**WORK INSTRUCTION**:
Copy, exactly and without additions, every line in the records below from the one holding "#73=ORIENTED_EDGE('',*,*,#72,.T.);" through the one holding "#92=EDGE_CURVE('',#16,#90,#91,.T.);", both ends included.

**MATERIAL TO PROCESS**:
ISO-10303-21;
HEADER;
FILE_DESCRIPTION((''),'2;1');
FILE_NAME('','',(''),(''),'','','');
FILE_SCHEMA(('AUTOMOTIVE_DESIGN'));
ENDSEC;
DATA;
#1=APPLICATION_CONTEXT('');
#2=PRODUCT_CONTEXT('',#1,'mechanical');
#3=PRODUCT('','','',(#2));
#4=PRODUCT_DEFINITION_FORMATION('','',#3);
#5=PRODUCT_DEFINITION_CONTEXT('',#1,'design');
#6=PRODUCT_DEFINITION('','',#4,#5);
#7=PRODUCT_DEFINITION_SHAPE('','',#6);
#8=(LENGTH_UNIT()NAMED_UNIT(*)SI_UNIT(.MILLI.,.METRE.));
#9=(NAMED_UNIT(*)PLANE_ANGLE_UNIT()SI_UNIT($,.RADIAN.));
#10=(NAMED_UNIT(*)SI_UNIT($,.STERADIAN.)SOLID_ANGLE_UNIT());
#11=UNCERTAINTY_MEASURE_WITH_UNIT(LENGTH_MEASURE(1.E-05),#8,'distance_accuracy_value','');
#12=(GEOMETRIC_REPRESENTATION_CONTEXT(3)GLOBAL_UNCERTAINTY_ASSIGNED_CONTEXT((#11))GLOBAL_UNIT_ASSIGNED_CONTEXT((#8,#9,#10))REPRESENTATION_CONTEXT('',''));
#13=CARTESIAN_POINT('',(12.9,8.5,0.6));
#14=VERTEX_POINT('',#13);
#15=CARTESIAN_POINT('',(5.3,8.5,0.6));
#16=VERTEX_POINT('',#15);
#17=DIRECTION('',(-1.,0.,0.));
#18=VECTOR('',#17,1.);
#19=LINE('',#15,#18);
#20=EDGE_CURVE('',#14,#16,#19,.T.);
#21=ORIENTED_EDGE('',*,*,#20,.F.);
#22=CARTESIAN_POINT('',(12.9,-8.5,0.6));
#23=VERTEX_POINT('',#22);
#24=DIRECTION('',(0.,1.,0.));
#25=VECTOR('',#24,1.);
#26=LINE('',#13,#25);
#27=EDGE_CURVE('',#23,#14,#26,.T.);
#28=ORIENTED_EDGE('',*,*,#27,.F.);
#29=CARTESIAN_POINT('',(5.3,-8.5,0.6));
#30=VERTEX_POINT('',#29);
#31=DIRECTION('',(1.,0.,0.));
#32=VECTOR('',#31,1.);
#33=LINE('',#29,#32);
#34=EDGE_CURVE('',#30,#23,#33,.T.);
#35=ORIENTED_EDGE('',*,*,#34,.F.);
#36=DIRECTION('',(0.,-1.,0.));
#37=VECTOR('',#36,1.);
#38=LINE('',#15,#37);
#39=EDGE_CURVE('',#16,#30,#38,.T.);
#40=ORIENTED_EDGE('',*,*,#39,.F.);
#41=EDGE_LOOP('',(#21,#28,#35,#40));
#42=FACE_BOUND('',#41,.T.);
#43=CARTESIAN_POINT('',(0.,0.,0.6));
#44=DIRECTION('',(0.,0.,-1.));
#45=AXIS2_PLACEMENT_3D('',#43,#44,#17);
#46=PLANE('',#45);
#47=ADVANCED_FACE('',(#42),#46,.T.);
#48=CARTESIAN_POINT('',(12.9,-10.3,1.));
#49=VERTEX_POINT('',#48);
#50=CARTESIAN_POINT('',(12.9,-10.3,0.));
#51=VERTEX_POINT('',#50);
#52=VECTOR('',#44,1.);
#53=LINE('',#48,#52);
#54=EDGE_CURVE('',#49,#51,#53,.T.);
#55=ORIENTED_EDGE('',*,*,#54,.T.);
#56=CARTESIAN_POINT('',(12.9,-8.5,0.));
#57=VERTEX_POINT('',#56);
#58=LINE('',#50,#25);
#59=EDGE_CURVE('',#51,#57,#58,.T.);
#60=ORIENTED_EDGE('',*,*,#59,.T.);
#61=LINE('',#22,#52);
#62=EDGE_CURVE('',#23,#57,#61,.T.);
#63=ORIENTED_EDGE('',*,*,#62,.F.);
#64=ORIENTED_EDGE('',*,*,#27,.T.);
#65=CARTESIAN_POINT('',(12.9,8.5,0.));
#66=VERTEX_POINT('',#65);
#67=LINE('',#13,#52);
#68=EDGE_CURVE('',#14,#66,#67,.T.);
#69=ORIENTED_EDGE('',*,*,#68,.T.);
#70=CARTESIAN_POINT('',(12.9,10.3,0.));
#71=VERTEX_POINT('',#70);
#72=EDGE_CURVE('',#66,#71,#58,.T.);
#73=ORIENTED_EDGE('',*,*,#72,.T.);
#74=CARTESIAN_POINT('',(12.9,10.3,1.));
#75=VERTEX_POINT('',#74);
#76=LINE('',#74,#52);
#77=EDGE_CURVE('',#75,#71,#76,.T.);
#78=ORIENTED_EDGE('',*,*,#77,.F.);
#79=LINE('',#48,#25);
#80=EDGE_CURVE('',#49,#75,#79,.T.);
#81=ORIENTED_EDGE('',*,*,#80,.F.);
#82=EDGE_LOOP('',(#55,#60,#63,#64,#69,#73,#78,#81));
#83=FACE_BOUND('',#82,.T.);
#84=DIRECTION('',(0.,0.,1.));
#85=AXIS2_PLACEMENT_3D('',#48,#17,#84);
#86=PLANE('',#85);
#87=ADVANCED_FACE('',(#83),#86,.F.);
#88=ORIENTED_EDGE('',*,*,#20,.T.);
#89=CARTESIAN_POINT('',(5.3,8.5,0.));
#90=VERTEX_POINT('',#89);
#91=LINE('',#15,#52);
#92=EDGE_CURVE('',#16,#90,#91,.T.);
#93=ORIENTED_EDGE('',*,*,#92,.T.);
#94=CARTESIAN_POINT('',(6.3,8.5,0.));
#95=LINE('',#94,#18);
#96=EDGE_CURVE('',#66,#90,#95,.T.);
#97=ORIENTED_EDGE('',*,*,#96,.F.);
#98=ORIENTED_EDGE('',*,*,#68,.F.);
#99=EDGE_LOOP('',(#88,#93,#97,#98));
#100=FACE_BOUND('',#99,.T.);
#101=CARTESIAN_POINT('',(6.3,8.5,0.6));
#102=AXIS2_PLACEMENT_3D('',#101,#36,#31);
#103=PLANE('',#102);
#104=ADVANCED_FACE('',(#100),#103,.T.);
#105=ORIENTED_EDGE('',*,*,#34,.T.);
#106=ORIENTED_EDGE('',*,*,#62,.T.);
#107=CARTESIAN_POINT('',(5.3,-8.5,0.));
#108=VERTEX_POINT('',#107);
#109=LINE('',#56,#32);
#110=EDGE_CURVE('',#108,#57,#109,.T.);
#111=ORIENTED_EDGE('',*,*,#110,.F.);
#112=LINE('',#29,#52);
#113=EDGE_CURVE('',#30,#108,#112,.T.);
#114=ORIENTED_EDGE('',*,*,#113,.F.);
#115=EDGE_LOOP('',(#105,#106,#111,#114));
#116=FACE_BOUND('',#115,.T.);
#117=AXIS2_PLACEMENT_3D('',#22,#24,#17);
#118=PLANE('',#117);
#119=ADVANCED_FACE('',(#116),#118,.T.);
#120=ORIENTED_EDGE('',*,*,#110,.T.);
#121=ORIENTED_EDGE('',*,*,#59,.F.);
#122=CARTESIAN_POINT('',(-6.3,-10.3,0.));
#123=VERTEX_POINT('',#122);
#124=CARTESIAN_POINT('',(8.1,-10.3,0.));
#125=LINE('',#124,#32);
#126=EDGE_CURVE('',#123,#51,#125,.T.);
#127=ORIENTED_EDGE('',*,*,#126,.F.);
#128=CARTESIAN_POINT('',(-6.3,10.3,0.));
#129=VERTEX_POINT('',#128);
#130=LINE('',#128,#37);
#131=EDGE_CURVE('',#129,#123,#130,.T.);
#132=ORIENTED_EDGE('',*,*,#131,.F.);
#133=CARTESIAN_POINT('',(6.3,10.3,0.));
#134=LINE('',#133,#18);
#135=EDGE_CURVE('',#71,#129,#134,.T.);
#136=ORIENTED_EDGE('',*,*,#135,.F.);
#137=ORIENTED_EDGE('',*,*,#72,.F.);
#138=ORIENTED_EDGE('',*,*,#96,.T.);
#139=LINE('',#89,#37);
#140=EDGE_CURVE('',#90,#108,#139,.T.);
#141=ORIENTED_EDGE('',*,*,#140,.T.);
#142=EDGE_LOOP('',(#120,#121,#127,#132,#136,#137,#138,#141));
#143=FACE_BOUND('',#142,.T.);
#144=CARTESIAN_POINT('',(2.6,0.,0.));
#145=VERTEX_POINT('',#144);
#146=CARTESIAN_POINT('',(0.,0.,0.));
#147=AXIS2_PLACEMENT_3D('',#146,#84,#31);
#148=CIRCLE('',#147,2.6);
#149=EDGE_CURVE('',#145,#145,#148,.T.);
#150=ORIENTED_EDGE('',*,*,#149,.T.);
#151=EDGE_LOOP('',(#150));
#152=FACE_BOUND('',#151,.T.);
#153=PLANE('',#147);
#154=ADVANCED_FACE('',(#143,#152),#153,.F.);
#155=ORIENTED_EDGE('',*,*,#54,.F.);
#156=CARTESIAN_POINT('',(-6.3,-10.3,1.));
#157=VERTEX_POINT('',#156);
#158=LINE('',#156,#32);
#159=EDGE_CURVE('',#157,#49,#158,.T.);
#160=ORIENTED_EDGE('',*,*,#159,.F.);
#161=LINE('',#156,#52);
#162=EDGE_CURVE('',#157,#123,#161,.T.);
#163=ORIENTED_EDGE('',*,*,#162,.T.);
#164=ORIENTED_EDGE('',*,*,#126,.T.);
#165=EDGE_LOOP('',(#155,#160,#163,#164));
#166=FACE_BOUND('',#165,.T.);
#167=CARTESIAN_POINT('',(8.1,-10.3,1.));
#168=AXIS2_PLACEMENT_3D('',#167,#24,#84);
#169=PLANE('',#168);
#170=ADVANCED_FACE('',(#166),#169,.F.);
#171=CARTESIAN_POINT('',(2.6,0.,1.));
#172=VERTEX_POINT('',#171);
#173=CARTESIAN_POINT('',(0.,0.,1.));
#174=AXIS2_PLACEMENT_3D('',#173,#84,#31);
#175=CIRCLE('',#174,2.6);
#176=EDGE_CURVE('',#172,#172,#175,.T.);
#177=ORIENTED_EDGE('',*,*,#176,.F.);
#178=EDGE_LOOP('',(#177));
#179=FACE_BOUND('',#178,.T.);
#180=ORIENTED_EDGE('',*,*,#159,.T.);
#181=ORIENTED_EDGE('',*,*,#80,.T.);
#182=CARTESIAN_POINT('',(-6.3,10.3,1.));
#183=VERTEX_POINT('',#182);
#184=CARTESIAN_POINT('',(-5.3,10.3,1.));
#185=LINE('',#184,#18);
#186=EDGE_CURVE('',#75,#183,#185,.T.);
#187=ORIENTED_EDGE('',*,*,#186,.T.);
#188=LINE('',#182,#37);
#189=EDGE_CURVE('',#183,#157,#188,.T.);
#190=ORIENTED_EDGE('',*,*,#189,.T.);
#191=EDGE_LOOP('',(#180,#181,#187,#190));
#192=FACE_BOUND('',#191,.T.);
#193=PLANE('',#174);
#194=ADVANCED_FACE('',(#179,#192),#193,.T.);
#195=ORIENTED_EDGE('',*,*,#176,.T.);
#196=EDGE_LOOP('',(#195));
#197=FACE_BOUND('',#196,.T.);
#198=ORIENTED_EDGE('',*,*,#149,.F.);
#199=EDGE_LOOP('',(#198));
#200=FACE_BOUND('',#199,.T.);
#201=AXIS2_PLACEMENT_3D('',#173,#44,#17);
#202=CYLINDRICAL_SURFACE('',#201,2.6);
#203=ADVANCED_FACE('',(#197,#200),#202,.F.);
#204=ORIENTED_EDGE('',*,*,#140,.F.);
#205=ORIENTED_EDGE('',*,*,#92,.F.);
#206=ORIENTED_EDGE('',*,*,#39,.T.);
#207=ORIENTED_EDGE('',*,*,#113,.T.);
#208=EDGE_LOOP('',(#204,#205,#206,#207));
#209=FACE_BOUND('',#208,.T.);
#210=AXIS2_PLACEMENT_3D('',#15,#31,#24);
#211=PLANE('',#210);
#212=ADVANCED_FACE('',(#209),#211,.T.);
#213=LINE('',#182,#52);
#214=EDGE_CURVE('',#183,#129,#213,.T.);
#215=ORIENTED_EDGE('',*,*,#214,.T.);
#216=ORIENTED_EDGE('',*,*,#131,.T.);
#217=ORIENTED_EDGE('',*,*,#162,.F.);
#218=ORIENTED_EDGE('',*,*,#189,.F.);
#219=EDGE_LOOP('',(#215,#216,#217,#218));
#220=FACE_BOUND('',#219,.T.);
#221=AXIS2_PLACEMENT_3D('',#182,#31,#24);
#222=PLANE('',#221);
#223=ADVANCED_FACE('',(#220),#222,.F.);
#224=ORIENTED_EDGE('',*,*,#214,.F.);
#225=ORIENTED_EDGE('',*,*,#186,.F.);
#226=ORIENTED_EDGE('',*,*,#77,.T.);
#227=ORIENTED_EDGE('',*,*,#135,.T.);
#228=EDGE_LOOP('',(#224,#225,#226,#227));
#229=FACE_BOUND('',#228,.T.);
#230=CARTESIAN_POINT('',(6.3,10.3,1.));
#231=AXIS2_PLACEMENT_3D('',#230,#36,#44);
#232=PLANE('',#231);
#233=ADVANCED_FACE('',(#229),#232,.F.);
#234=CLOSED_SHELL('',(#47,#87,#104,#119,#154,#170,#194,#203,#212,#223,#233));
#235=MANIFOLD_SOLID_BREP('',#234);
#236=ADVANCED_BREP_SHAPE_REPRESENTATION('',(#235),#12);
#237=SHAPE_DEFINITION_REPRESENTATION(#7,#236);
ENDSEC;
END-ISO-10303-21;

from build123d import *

# Parameters (mm, degrees)
SKETCH2_R           = 2.6
BOSS_EXTRUDE1_DEPTH = 1
CUT_EXTRUDE1_DEPTH  = 0.6


with BuildPart() as part:
    # Sketch2 → Boss-Extrude1 (new body)
    with BuildSketch(Plane.XY):
        Polygon((-6.3, 10.3), (-6.3, -10.3), (-5.3, -10.3), (6.3, -10.3), (8.1, -10.3), (12.9, -10.3), (12.9, 10.3), (8.1, 10.3), (6.3, 10.3), (-5.3, 10.3), align=None)
        Circle(SKETCH2_R, mode=Mode.SUBTRACT)
    extrude(amount=BOSS_EXTRUDE1_DEPTH)

    # Sketch3 → Cut-Extrude1 (cut)
    with BuildSketch(Plane.XY):
        Polygon((5.3, 8.5), (5.3, -8.5), (6.3, -8.5), (12.9, -8.5), (12.9, 8.5), (6.3, 8.5), align=None)
    extrude(amount=CUT_EXTRUDE1_DEPTH, mode=Mode.SUBTRACT)


solid = part.part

**ANSWER SPACE**:
#73=ORIENTED_EDGE('',*,*,#72,.T.);
#74=CARTESIAN_POINT('',(12.9,10.3,1.));
#75=VERTEX_POINT('',#74);
#76=LINE('',#74,#52);
#77=EDGE_CURVE('',#75,#71,#76,.T.);
#78=ORIENTED_EDGE('',*,*,#77,.F.);
#79=LINE('',#48,#25);
#80=EDGE_CURVE('',#49,#75,#79,.T.);
#81=ORIENTED_EDGE('',*,*,#80,.F.);
#82=EDGE_LOOP('',(#55,#60,#63,#64,#69,#73,#78,#81));
#83=FACE_BOUND('',#82,.T.);
#84=DIRECTION('',(0.,0.,1.));
#85=AXIS2_PLACEMENT_3D('',#48,#17,#84);
#86=PLANE('',#85);
#87=ADVANCED_FACE('',(#83),#86,.F.);
#88=ORIENTED_EDGE('',*,*,#20,.T.);
#89=CARTESIAN_POINT('',(5.3,8.5,0.));
#90=VERTEX_POINT('',#89);
#91=LINE('',#15,#52);
#92=EDGE_CURVE('',#16,#90,#91,.T.);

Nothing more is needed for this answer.